El pequeño niño que una vez tembló de frío sentado en una acera ya no era un niño.

Ethan tenía ahora veinte años.

Alto.

Trabajador.

Y decidido a no olvidar jamás la bondad que había salvado su vida y la de su hermano menor.

La vida no había sido fácil.

Después de aquel invierno, los dos hermanos pasaron años viviendo entre refugios y hogares de acogida.

Algunas personas fueron amables.

Muchas otras no.

Pero Ethan nunca olvidó las palabras de aquella camarera.

Cada vez que Noah tenía miedo, Ethan se las repetía.
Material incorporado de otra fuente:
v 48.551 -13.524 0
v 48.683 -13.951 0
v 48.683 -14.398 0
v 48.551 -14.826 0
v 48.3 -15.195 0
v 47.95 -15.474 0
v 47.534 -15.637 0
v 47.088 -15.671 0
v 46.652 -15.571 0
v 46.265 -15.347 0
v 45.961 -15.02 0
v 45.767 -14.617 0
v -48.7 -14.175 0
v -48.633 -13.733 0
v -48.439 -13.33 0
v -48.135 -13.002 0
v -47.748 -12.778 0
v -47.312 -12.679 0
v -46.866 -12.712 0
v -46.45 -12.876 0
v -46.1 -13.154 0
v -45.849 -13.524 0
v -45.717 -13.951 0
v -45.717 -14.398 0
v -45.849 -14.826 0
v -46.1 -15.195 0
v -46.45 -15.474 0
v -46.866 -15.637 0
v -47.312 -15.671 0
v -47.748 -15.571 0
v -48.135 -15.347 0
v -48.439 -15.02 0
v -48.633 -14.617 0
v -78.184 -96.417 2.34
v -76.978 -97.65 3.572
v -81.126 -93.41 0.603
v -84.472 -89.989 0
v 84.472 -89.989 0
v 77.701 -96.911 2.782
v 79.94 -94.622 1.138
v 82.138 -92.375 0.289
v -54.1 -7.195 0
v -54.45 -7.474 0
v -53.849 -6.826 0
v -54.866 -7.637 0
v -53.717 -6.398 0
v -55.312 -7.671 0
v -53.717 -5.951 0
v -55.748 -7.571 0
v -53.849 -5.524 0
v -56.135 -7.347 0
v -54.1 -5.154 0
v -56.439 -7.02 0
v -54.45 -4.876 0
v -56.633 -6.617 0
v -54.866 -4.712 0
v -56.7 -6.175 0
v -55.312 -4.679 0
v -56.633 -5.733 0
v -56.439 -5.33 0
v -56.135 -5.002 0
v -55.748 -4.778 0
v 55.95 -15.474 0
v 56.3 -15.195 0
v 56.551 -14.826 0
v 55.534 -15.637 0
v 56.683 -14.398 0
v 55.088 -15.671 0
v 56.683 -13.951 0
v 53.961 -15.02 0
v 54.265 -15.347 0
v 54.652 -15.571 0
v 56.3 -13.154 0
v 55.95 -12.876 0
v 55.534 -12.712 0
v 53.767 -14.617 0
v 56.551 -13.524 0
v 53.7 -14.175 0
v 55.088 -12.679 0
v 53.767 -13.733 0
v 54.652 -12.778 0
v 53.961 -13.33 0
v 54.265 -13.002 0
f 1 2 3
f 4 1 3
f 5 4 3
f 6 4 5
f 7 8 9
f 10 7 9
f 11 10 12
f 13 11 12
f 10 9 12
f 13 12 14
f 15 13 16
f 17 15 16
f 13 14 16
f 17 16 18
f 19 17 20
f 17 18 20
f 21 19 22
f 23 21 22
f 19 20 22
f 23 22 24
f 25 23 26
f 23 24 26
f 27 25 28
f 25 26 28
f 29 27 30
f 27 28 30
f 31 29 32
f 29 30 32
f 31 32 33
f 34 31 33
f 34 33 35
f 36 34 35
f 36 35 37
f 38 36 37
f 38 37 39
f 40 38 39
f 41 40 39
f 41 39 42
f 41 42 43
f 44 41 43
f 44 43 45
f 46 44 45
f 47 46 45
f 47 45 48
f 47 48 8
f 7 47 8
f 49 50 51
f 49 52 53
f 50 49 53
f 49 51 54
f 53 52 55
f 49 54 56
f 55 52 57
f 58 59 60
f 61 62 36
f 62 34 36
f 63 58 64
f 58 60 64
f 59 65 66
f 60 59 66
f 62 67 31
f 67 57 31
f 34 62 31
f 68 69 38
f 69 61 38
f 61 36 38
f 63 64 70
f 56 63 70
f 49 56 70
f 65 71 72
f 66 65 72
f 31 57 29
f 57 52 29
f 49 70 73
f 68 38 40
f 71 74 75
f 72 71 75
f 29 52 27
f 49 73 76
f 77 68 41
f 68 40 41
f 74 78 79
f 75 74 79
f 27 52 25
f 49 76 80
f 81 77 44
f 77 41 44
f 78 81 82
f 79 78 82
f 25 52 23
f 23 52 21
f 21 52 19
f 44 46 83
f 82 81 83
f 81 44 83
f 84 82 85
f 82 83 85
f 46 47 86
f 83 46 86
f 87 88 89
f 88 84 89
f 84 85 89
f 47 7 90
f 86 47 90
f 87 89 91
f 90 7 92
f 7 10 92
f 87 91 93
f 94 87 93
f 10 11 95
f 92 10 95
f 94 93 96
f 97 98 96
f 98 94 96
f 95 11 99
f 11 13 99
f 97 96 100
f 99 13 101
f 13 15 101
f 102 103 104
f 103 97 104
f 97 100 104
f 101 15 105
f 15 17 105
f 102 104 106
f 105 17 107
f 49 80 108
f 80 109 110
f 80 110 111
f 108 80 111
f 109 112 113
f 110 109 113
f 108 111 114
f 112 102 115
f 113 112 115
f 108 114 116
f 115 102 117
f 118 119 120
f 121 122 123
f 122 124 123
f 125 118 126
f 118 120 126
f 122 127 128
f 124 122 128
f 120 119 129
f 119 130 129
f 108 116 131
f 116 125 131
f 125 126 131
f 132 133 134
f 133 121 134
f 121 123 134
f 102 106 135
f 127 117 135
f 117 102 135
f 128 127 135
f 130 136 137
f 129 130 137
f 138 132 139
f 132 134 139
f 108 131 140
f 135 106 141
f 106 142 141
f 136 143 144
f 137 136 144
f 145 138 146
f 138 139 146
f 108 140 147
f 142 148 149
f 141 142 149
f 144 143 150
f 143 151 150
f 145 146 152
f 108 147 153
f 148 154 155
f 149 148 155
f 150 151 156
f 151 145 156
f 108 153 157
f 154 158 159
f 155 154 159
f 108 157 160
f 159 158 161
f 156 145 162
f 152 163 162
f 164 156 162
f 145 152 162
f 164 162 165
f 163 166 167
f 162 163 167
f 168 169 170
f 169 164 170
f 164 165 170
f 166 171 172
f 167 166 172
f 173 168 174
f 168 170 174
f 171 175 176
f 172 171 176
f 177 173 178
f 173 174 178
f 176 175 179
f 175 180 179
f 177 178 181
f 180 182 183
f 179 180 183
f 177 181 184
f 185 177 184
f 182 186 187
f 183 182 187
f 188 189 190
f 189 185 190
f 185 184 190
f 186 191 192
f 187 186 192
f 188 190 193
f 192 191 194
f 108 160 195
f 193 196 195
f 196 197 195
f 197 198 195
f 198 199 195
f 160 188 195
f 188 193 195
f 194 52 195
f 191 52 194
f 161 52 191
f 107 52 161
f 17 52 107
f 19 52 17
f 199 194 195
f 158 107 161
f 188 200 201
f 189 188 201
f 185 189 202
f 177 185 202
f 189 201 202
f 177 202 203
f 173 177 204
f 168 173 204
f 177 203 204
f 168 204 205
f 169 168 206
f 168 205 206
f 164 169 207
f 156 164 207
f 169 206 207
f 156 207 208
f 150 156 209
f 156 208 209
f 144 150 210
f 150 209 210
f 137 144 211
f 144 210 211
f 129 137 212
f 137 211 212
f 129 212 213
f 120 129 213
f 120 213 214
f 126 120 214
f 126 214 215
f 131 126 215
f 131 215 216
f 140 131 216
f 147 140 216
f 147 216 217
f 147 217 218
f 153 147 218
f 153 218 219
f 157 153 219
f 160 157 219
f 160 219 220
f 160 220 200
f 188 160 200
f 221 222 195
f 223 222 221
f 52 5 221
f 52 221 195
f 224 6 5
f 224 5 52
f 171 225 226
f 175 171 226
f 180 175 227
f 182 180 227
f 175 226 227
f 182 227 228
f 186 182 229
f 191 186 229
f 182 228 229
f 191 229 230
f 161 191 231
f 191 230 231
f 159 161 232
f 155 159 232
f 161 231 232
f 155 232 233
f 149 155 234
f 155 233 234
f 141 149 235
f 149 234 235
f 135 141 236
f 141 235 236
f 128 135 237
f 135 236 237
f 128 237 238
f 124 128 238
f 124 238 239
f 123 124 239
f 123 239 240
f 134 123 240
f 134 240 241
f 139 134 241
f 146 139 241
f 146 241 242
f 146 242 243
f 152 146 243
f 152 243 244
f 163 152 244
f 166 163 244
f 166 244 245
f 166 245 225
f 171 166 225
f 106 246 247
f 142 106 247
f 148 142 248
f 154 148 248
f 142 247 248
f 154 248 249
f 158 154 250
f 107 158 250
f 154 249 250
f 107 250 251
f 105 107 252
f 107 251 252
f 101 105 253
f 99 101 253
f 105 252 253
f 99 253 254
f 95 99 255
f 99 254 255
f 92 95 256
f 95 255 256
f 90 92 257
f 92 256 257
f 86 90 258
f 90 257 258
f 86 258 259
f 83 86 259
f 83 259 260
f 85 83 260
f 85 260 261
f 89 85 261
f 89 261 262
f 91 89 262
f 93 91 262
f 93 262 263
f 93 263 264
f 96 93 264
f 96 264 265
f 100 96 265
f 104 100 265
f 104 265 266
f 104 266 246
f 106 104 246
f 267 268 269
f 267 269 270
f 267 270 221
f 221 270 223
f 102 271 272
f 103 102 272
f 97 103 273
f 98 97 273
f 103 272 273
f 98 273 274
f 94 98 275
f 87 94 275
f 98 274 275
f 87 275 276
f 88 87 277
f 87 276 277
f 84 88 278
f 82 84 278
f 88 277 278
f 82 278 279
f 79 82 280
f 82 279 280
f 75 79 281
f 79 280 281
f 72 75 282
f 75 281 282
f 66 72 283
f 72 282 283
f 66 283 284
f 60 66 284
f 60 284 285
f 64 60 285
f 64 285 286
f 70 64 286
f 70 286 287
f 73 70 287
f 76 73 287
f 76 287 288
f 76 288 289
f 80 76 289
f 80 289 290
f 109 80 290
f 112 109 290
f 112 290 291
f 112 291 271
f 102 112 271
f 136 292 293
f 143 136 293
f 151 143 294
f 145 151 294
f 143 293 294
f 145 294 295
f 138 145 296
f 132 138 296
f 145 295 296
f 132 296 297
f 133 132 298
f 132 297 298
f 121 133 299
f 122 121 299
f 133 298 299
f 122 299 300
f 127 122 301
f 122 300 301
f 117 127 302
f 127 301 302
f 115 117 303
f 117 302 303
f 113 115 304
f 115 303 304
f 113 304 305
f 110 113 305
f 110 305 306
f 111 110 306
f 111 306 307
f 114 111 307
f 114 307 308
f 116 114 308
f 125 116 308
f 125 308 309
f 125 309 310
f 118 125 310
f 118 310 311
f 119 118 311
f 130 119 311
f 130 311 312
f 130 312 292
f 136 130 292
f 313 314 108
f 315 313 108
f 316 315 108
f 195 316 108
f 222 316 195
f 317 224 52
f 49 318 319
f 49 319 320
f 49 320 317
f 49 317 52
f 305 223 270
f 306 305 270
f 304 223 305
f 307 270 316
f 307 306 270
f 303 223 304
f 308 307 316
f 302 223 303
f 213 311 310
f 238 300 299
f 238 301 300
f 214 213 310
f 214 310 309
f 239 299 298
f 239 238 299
Algún día nosotros también ayudaremos a alguien.

Con el tiempo, Ethan consiguió una beca para estudiar medicina de emergencias.

Trabajaba por las noches.

Estudiaba durante el día.

Y dormía siempre que podía.

Su objetivo era muy sencillo.

Convertirse en la persona que él mismo había necesitado cuando era niño.

Entonces, una tarde lluviosa, la radio de la ambulancia sonó.
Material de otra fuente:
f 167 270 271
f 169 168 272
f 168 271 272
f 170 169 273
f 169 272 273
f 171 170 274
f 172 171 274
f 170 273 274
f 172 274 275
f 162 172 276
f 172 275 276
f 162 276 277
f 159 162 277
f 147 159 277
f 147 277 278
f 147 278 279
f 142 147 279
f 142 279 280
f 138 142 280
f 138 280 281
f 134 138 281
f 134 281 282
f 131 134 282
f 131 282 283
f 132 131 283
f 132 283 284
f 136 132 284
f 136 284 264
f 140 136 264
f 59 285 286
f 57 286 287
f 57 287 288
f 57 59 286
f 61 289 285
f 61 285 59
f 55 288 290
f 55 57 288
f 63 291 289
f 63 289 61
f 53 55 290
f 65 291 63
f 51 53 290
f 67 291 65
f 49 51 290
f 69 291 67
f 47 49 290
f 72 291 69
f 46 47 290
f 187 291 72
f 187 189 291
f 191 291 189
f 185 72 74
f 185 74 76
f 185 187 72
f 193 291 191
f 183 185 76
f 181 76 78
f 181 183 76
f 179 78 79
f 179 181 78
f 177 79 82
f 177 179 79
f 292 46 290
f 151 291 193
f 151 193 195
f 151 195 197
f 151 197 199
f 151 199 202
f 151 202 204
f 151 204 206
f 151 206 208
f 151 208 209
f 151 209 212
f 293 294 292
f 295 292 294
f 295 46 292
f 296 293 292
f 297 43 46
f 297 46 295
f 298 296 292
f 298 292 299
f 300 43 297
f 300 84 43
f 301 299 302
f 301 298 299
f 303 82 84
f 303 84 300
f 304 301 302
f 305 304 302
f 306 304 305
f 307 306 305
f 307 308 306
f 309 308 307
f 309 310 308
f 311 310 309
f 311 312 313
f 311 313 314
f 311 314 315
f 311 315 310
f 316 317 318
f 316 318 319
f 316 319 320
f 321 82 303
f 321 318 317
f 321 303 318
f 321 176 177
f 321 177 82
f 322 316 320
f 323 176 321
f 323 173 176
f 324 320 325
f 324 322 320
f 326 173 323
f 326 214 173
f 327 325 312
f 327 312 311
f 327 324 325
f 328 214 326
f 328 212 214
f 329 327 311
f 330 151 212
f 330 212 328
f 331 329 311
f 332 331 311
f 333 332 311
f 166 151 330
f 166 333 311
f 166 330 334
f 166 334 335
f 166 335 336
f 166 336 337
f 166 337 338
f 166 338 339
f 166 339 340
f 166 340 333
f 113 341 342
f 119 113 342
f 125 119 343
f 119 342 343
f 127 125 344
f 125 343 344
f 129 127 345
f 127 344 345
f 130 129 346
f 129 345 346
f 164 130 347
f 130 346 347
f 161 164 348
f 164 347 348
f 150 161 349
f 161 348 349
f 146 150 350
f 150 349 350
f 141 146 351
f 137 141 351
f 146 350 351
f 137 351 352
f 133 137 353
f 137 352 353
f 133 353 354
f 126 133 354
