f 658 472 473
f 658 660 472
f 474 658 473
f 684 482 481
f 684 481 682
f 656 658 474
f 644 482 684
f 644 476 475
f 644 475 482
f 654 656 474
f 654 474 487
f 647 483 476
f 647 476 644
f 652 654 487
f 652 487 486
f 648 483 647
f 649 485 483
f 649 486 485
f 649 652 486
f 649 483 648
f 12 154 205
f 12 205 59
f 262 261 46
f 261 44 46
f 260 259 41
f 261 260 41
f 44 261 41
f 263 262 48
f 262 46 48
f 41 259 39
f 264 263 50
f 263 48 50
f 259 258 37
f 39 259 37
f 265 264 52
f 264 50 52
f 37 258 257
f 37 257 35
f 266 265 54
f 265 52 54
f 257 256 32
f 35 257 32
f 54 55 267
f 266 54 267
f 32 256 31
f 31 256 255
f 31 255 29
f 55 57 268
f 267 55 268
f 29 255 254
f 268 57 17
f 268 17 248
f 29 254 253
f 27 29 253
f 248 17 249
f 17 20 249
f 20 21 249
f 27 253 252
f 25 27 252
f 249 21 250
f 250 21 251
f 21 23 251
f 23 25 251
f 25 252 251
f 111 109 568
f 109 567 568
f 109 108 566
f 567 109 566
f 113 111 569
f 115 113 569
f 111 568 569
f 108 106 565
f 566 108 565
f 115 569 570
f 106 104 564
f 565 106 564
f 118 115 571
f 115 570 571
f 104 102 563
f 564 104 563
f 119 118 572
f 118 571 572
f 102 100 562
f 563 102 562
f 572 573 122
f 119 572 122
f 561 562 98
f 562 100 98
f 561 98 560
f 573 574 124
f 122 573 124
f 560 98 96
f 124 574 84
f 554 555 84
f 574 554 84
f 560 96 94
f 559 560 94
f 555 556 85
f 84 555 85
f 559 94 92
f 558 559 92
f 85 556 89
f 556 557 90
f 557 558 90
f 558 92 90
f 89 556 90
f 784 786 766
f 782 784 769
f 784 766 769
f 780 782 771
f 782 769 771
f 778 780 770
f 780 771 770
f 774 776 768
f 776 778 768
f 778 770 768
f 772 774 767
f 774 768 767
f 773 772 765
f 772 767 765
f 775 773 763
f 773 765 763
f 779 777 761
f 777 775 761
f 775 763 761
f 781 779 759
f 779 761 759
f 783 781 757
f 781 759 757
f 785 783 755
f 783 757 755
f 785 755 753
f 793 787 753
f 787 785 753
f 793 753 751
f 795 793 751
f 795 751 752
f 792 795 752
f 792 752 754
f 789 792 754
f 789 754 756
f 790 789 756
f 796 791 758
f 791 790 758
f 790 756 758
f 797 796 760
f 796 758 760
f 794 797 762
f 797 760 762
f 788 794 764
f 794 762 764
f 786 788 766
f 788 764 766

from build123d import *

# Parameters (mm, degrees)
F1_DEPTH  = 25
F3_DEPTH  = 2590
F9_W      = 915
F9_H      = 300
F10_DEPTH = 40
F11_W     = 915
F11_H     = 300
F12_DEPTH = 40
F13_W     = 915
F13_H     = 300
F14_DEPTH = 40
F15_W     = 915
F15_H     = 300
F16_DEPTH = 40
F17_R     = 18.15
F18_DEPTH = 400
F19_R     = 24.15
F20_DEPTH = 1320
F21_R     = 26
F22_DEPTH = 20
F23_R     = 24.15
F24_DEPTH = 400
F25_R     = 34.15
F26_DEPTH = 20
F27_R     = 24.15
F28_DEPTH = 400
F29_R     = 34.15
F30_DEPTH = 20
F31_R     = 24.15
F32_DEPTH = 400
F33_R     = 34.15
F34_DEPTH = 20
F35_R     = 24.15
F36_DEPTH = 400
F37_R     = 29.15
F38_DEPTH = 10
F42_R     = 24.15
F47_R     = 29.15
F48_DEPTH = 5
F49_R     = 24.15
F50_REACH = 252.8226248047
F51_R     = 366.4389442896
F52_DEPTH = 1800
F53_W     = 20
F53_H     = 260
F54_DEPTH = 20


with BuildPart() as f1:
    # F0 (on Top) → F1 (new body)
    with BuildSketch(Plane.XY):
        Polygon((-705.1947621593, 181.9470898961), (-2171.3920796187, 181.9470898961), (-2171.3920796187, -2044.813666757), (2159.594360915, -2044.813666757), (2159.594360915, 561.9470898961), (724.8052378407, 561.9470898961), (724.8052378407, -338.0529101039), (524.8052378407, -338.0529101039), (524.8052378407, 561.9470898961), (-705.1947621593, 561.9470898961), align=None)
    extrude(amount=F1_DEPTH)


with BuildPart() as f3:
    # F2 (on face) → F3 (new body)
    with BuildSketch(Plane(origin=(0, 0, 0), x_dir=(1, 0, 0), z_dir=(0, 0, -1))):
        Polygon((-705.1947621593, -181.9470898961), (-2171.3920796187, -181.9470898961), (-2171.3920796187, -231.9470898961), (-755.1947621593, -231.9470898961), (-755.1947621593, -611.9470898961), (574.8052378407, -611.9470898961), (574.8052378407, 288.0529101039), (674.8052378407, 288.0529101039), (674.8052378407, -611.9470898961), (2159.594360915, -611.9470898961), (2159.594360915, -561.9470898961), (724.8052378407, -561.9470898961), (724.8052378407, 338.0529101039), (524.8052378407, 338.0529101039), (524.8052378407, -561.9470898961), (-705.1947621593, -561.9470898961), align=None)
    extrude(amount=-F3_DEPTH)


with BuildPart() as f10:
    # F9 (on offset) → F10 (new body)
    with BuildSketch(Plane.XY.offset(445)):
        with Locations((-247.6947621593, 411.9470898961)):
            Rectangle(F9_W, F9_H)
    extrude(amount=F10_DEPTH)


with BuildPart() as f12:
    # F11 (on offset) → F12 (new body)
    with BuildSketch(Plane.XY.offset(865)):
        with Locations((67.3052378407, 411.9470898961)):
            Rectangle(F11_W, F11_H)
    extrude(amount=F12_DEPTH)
Mujer de aproximadamente cincuenta y cinco años.

Inconsciente.

Posible paro cardíaco.

Ethan y su compañero salieron de inmediato hacia el lugar.

La dirección correspondía a un pequeño restaurante situado en las afueras de la ciudad.

Cuando llegaron, los empleados rodeaban a una mujer tendida en el suelo.

Ethan se arrodilló junto a ella.

Y entonces se quedó inmóvil.

Conocía aquel rostro.

Ahora tenía más años.

Parecía más cansado.

Pero era imposible equivocarse.

Era ella.

La camarera.

La mujer que diez años atrás había comprado una comida caliente para dos niños hambrientos.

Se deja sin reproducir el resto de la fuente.